Stable Diffusion and SDXL boosted thanks to Latent Consistency Models (LCM) and LoRAs

You probably know Stable Diffusion and his big brother SDXL, these AI image generation models that allow you to create images from simple textual descriptions. But did you know that it is now possible to significantly accelerate their inference pipeline thanks to Latent Consistency Models (Or LCM) ?

Developed by a Chinese team, LCMs are a distillation technique that drastically reduces the number of steps necessary to generate an image with Stable Diffusion or SDXL, while maintaining optimal quality. Instead of the usual 25 to 50 steps, we can go down to just 4 to 8 steps!

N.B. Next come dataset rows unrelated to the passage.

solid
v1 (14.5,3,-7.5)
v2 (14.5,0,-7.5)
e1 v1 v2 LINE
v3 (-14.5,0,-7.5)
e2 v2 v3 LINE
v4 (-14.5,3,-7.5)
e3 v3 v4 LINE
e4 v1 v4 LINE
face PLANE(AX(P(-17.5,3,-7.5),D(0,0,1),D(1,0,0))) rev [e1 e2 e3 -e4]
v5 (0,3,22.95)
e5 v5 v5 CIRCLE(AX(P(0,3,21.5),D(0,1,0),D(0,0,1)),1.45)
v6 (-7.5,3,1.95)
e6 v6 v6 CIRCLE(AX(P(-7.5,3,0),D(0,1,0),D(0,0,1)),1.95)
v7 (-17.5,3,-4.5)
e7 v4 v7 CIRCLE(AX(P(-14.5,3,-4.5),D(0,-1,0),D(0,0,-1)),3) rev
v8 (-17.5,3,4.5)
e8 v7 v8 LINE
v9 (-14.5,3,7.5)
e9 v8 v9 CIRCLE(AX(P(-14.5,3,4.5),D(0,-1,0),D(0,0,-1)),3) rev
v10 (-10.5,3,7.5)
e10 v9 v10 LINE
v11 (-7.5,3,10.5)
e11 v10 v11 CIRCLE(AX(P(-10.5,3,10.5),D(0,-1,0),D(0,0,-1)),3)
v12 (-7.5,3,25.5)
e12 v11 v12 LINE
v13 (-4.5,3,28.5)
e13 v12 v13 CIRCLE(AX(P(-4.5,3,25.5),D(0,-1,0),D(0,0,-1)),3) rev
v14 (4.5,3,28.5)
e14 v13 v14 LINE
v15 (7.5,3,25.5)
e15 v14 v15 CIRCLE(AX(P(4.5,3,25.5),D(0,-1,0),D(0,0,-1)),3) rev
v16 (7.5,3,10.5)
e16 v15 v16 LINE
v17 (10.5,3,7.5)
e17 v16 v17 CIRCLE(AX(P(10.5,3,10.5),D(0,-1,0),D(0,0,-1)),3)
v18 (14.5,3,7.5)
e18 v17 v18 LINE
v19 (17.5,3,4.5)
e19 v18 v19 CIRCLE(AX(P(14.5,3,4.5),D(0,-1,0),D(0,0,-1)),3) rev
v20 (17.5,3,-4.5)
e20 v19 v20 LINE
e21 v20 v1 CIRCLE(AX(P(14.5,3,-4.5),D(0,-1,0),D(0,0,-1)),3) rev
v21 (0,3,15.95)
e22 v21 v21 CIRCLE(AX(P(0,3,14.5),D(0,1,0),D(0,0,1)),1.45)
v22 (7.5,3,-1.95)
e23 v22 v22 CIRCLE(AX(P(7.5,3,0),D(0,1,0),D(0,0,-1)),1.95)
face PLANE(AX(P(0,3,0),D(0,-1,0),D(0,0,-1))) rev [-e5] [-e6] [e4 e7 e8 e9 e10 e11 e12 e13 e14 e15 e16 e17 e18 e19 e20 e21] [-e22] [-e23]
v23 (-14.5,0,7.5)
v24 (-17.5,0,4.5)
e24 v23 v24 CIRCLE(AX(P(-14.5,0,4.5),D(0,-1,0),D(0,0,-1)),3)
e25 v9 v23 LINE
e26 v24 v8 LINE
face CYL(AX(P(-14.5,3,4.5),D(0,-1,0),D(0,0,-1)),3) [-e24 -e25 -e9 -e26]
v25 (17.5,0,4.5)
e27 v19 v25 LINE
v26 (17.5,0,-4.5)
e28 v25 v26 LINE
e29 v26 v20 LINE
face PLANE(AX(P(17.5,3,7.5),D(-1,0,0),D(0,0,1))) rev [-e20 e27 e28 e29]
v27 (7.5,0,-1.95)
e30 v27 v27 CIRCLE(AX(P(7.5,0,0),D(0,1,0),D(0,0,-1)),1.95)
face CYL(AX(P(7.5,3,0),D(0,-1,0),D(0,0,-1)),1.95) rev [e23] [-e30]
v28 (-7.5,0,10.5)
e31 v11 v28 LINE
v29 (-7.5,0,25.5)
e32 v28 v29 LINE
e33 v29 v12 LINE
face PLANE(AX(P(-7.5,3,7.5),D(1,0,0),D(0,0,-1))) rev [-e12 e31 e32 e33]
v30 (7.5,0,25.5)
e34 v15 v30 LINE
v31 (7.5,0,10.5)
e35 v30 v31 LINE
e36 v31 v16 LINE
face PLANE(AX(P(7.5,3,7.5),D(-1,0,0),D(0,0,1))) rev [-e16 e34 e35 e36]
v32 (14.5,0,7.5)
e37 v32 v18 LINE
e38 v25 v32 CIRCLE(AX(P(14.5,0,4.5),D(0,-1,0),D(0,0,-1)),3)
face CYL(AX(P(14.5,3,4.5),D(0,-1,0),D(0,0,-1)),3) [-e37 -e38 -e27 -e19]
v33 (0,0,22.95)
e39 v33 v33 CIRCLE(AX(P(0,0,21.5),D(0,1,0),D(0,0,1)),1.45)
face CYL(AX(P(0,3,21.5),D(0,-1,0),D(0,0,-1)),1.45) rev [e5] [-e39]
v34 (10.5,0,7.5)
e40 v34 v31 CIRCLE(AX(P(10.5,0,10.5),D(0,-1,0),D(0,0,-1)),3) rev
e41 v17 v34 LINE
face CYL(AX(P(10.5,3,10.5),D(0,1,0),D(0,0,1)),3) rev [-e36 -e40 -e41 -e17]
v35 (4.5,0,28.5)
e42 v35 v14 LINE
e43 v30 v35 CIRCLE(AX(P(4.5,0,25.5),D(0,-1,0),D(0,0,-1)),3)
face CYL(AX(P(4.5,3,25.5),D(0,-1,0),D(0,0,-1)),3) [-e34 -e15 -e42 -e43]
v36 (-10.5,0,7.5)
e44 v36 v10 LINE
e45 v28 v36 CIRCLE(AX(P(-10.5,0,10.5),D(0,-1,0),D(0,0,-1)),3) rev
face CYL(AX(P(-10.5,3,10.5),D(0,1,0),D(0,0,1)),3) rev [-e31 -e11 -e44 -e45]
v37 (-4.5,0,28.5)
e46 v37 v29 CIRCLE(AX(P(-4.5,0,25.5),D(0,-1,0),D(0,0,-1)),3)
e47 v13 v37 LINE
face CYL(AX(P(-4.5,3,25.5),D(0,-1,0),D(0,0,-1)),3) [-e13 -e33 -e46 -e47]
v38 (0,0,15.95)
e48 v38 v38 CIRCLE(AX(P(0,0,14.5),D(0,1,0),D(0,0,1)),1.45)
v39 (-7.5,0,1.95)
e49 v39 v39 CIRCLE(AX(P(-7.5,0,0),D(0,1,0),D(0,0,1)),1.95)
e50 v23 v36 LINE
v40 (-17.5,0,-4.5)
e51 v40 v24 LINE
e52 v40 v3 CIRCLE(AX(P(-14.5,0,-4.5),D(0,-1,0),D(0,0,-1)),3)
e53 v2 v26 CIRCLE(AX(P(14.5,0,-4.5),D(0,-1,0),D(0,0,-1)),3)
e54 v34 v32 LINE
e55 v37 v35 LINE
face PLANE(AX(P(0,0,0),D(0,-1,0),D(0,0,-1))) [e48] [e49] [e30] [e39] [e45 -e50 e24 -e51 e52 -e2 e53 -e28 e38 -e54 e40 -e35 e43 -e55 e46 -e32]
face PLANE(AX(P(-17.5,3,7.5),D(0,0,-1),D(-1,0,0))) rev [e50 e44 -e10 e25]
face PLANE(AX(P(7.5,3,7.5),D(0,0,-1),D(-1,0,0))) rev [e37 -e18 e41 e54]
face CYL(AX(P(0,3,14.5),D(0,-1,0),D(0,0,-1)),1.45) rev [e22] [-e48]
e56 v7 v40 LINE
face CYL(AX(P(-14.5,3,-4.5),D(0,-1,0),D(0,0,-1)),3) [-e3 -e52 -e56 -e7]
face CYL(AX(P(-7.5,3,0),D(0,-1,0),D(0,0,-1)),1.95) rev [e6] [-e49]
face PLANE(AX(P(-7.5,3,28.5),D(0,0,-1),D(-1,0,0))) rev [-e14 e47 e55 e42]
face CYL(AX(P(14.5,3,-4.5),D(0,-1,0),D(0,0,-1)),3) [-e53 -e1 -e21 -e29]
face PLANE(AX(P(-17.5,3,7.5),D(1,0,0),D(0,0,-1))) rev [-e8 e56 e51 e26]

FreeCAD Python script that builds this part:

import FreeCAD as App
import Part
import Sketcher
from FreeCAD import Vector


def edges_at(feature, points):
    """Names of the edges that pass closest to the given points."""
    edges = feature.Shape.Edges
    near = lambda p: min(range(len(edges)), key=lambda i: edges[i].distToShape(Part.Vertex(*p))[0])
    return sorted({f"Edge{near(p) + 1}" for p in points})


def add_polygon(sketch, points):
    """Adds a closed chain of lines whose ends are joined by coincident constraints."""
    first, n = sketch.GeometryCount, len(points)
    for a, b in zip(points, points[1:] + points[:1]):
        sketch.addGeometry(Part.LineSegment(App.Vector(*a, 0), App.Vector(*b, 0)), False)
    for i in range(n):
        sketch.addConstraint(Sketcher.Constraint("Coincident", first + i, 2, first + (i + 1) % n, 1))

doc = App.newDocument("Part")
body = doc.addObject("PartDesign::Body", "Body")

sketch1 = body.newObject("Sketcher::SketchObject", "Sketch")
sketch1.AttachmentSupport = (doc.getObject("XZ_Plane"), [""])
sketch1.MapMode = "FlatFace"
add_polygon(sketch1, [(-17.5, -7.5), (-17.5, 7.5), (-7.5, 7.5), (-7.5, 28.5), (7.5, 28.5), (7.5, 7.5), (17.5, 7.5), (17.5, -7.5)])
sketch1.addGeometry(Part.Circle(Vector(0, 21.5, 0), Vector(0, 0, 1), 1.45), False)
sketch1.addGeometry(Part.Circle(Vector(0, 14.5, 0), Vector(0, 0, 1), 1.45), False)
sketch1.addGeometry(Part.Circle(Vector(7.5, 0, 0), Vector(0, 0, 1), 1.95), False)
sketch1.addGeometry(Part.Circle(Vector(-7.5, 0, 0), Vector(0, 0, 1), 1.95), False)
sketch1.addConstraint([
    Sketcher.Constraint("Vertical", 0),
    Sketcher.Constraint("Horizontal", 1),
    Sketcher.Constraint("Vertical", 2),
    Sketcher.Constraint("Horizontal", 3),
    Sketcher.Constraint("Vertical", 4),
    Sketcher.Constraint("Horizontal", 5),
    Sketcher.Constraint("Vertical", 6),
    Sketcher.Constraint("Horizontal", 7),
    Sketcher.Constraint("Equal", 8, 9),
    Sketcher.Constraint("Equal", 10, 11),
    Sketcher.Constraint("Symmetric", 10, 3, 11, 3, -1, 1),
    Sketcher.Constraint("Symmetric", 0, 2, 6, 2, -1, 1),
    Sketcher.Constraint("Symmetric", 1, 2, 4, 2, -2),
    Sketcher.Constraint("PointOnObject", 8, 3, -2),
    Sketcher.Constraint("PointOnObject", 9, 3, -2),
    Sketcher.Constraint("PointOnObject", 10, 3, -1),
    Sketcher.Constraint("Vertical", 11, 3, 1, 2),
    Sketcher.Constraint("Equal", 3, 0),
    Sketcher.Constraint("Diameter", 8, 2.9),
    Sketcher.Constraint("Diameter", 10, 3.9),
    Sketcher.Constraint("DistanceX", 1, 1, 1, 2, 10.0),
    Sketcher.Constraint("DistanceX", 3, 1, 3, 2, 15.0),
    Sketcher.Constraint("DistanceY", 2, 1, 2, 2, 21.0),
    Sketcher.Constraint("DistanceY", 9, 3, 8, 3, 7.0),
    Sketcher.Constraint("DistanceY", 0, 2, 9, 3, 7.0),
])
pad1 = body.newObject("PartDesign::Pad", "Pad")
pad1.Profile = sketch1
pad1.Length = 3
pad1.Reversed = True
doc.recompute()

fillet = body.newObject("PartDesign::Fillet", "Fillet")
fillet.Base = (pad1, edges_at(pad1, [
    (17.5, 1.5, 7.5),
    (7.5, 1.5, 7.5),
    (7.5, 1.5, 28.5),
    (-7.5, 1.5, 28.5),
    (-7.5, 1.5, 7.5),
    (-17.5, 1.5, 7.5),
    (-17.5, 1.5, -7.5),
    (17.5, 1.5, -7.5),
]))
fillet.Radius = 3

doc.recompute()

Concretely, this means speed gains of a factor of 10 on a recent Macor the possibility of generate images in less than a second on an RTX 3090. Enough to modify uses and workflows, making AI image generation accessible to everyone, even without high-end hardware.

But the most interesting thing is that thanks to a new method called LCM LoRA, it is possible to apply this optimization to any fine-tuned SDXL or Stable Diffusion model, without having to distill it entirely. As a reminder, the LoRAs (For Low-Rank Adaptation) are small adapters that are added to the model to give it superpowers, a bit like plugins. They thus make it possible to combine the advantages of LCM (ultra-fast inference) with the flexibility of fine-tuning.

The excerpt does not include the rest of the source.